Let me try to explain one more time:

• We have:
  
  • Ruijie Controller WS6512 + several Access Points in fit mode (AP840-I + AP880-AR)
  • Cisco ISE acts as RADIUS server
    
• What we need:
  
  • On the controller: enterprise SSID (i.e. 802.1x SSID) with authentication on Cisco ISE (aka RADIUS server) is configured
  • On Cisco ISE (i.e. RADIUS server): there are several dACLs (Downloadable Access Lists) that must be implemented for particular user during final phase of authorization. Several politics configured for sending particular dACL while particular user is authorizing
    
• How it must act:
  
  • In case of successful authorization, Cisco ISE (RADIUS server) must include vendor-specific (26) attribute with dACL name into final ACCESS-ACCEPT packet destined to controller (authenticator)
  • Controller, when receives and recognizes dACL name, must send a new ACCESS-REQUEST packet to Cisco ISE (RADIUS server) with the dACL name (into attribute User-Name), for getting full dACL
  • Cisco ISE (RADIUS server), when receives new request from controller, must send full dACL to controller into a new ACCESS-ACCEPT packet(s)
  • Controller, when receives dACL, must apply it to particular wireless user
    
• How it acts now:
  
  • Cisco ISE (RADIUS server) successfully includes vendor-specific (26) attribute with dACL name into final ACCESS-ACCEPT packet destined to controller (authenticator).

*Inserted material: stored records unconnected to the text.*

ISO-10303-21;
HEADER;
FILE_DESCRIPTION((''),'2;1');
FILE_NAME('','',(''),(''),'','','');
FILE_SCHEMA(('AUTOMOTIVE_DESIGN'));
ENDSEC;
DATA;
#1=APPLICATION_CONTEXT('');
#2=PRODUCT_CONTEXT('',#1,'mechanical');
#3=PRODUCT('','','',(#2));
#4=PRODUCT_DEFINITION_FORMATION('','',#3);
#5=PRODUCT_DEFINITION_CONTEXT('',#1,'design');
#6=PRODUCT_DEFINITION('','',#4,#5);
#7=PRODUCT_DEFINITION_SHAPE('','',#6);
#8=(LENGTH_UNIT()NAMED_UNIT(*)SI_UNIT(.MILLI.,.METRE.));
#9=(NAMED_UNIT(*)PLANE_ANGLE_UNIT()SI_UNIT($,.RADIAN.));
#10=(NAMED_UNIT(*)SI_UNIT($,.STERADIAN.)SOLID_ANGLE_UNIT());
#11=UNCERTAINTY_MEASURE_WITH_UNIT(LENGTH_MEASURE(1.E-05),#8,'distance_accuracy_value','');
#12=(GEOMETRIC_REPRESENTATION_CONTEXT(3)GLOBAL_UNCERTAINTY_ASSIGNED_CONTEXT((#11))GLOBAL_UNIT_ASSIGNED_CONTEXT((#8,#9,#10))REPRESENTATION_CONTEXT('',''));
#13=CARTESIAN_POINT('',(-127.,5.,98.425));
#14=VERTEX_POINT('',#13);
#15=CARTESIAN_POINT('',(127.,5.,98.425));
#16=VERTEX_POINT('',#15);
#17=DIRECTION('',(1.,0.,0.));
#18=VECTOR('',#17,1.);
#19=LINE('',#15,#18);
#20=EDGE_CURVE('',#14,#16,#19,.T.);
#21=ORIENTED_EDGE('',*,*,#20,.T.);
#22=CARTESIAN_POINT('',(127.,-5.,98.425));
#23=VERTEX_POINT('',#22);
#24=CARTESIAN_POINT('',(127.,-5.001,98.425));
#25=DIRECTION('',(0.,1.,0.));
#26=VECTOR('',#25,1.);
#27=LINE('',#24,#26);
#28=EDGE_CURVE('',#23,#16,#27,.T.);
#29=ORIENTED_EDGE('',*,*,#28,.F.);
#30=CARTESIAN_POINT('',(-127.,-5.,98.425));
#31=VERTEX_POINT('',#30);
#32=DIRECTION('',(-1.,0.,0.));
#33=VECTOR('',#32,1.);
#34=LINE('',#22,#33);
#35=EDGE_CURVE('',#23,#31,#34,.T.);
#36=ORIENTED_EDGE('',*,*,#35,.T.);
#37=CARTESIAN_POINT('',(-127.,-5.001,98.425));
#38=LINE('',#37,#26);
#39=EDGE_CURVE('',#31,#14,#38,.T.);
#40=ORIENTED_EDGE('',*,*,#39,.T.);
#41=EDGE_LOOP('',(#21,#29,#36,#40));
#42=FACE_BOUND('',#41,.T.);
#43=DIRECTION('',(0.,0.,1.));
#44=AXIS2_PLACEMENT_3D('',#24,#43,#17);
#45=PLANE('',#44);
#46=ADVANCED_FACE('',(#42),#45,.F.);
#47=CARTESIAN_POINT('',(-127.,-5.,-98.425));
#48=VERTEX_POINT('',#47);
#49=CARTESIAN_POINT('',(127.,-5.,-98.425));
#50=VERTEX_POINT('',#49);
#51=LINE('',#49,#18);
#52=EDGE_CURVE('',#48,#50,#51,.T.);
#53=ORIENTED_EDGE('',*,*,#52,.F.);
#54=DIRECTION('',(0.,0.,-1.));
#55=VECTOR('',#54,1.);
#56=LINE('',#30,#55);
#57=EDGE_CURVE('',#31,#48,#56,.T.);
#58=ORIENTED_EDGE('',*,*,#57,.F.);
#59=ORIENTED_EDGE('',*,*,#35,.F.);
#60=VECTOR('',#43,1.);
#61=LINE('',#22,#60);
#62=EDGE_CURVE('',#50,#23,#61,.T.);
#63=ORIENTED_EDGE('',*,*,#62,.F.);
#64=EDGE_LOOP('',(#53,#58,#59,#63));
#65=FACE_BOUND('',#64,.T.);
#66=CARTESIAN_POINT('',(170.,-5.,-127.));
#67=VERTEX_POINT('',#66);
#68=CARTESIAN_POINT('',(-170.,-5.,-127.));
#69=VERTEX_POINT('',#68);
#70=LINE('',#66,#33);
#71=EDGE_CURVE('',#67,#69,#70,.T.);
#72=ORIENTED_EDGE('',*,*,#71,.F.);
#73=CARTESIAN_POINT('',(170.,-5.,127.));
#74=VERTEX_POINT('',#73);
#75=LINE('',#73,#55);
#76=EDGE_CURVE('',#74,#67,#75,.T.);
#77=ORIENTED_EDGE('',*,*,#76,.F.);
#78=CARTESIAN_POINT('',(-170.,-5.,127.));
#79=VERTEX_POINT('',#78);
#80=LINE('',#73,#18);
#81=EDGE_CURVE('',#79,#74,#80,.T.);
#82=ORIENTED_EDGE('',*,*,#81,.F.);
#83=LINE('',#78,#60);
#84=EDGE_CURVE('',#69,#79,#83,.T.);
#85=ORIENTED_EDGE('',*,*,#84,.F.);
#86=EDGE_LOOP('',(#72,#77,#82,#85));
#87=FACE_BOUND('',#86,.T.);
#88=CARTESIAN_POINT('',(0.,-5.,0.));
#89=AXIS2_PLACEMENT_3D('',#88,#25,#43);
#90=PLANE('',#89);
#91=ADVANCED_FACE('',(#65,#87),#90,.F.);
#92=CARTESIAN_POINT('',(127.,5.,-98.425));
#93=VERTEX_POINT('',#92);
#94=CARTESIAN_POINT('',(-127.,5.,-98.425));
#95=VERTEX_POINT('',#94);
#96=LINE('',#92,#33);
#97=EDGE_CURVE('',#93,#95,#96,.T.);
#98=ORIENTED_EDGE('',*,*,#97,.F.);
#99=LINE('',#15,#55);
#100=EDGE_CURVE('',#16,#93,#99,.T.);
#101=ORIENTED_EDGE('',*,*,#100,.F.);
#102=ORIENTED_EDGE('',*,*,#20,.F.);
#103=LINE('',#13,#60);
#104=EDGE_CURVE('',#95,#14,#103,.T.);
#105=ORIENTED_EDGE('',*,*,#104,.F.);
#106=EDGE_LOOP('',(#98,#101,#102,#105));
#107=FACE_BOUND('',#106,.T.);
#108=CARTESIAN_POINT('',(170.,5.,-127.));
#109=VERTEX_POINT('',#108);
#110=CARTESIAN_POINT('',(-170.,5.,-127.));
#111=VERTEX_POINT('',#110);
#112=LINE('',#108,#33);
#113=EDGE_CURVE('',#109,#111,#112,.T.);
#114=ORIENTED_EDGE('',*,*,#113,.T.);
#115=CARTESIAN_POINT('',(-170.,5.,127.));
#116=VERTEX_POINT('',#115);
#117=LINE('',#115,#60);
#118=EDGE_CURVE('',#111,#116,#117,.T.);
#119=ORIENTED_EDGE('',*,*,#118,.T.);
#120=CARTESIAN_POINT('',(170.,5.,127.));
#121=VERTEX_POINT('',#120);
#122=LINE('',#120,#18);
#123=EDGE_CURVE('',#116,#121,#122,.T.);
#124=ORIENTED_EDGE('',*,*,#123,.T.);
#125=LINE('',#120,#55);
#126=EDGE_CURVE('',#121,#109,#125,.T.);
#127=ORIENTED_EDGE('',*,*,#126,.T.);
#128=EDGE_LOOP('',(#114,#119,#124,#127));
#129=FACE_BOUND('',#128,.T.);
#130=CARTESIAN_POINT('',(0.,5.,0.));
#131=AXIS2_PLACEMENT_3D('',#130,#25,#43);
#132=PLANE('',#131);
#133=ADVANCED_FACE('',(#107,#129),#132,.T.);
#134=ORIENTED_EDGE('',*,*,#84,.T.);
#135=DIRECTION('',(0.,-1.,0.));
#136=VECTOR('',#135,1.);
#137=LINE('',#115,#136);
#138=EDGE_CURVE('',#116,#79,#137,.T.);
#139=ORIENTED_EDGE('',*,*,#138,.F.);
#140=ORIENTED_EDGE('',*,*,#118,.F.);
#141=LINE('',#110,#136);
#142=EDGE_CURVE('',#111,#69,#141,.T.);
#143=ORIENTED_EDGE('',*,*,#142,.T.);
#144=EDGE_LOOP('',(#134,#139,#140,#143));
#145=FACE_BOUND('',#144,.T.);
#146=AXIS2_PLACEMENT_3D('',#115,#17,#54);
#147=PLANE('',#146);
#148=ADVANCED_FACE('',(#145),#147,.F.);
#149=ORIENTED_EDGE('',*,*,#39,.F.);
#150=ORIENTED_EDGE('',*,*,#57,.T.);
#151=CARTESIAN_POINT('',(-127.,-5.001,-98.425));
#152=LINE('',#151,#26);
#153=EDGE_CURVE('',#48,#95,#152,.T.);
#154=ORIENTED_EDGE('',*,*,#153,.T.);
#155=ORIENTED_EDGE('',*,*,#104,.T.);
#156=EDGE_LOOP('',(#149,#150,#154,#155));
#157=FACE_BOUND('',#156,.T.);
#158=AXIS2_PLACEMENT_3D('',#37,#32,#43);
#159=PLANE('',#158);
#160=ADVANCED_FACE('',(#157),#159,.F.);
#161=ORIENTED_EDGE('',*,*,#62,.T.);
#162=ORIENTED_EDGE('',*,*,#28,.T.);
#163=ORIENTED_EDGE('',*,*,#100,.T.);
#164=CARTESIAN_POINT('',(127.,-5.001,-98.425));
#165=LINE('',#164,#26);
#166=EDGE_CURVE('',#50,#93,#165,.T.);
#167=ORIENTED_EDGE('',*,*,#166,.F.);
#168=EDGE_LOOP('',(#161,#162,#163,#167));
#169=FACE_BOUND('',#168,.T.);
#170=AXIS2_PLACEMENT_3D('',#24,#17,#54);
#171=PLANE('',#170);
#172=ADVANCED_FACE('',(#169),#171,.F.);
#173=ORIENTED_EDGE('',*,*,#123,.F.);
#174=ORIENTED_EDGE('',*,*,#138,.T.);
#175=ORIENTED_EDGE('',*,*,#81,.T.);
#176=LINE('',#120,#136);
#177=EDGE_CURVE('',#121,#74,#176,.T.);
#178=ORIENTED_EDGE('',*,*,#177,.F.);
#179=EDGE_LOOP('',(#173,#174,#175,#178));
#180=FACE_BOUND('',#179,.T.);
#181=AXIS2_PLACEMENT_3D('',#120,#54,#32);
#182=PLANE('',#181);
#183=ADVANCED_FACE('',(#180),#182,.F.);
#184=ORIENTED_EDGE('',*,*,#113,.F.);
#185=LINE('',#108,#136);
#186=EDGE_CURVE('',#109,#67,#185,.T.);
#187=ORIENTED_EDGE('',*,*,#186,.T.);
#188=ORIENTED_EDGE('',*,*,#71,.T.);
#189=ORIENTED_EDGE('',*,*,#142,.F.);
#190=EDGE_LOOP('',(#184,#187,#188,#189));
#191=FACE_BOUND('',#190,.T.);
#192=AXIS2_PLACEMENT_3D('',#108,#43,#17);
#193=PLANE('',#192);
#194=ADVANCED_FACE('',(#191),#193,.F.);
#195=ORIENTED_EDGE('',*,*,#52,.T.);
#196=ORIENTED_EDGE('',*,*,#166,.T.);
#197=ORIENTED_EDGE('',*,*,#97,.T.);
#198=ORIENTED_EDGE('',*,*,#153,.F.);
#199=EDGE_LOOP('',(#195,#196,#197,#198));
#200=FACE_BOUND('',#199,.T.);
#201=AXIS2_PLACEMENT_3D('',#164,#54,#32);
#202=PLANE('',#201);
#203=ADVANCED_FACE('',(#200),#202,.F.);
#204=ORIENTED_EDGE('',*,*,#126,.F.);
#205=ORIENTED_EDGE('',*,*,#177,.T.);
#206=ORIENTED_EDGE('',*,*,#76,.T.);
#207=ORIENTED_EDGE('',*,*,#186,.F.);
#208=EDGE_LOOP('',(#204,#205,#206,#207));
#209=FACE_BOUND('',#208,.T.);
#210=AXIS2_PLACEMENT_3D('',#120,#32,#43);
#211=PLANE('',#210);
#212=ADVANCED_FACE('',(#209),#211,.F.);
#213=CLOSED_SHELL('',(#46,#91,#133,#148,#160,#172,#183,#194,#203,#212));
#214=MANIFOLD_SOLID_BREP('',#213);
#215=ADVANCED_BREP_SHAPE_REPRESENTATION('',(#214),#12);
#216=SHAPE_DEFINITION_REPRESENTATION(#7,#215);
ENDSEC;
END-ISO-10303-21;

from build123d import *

# Parameters (mm, degrees)
SKETCH1_W           = 340
SKETCH1_H           = 254
BOSS_EXTRUDE1_DEPTH = 5
CUT_EXTRUDE1_REACH  = 12
SKETCH2_W           = 254
SKETCH2_H           = 196.85


with BuildPart() as part:
    # Sketch1 → Boss-Extrude1 (new body, symmetric)
    with BuildSketch(Plane(origin=(0, 0, 0), x_dir=(1, 0, 0), z_dir=(0, 1, 0))):
        Rectangle(SKETCH1_W, SKETCH1_H)
    extrude(amount=BOSS_EXTRUDE1_DEPTH, both=True)

    # Sketch2 → Cut-Extrude1 (cut, up to next)
    with BuildSketch(Plane(origin=(0, 5, 0), x_dir=(1, 0, 0), z_dir=(0, 1, 0)), mode=Mode.PRIVATE) as cut_extrude1_sk1:
        Rectangle(SKETCH2_W, SKETCH2_H)
    cut_extrude1_tool1 = extrude(cut_extrude1_sk1.sketch, amount=-CUT_EXTRUDE1_REACH, mode=Mode.PRIVATE) & part.part
    add(cut_extrude1_tool1.solids().sort_by_distance((0, 5, 0))[0], mode=Mode.SUBTRACT)


solid = part.part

Please, find second ACCESS-ACCEPT screenshoot in my initial post
    
    
  • Controller sends a new ACCESS-REQUEST to Cisco ISE (look at the ACCESS-REQUEST screenshot in my initial post) with dACL name in the Radius-User-Name (as expected), but:
    
    • does not include
      Message-Authenticator attribute that is mandatory
    • does not include vendor-specific attribute "aaa:service=ip_admission"
    • does not include vendor-specific attribute "aaa:event=acl-download"
      
  • Cisco ISE (RADIUS server) receives ACCESS-ACCEPT from the controller, does not find Message-Authenticator attribute (that is mandatory attribute), and rejects it with sending ACCESS-REJECT to controller, with description "11024 The Access-Request for the requested dACL is missing a Message-Authenticator attribute. The request is rejected
    "
    
• What we want:
  to get recommendation how to configure Ruijie Controller for sending all necessary information to RADIUS server for properly requesting ACL while user authentication
  

This algorithm describes Cisco-style procedure of getting dACL from RADIUS. As Ruijie controller tries to request dACL, I assume that is must support this procedure, but now it works a little bit incorrectly. We wants to fix it in our deployment.
Please, let me know if you have any additional questions or misunderstood something from above.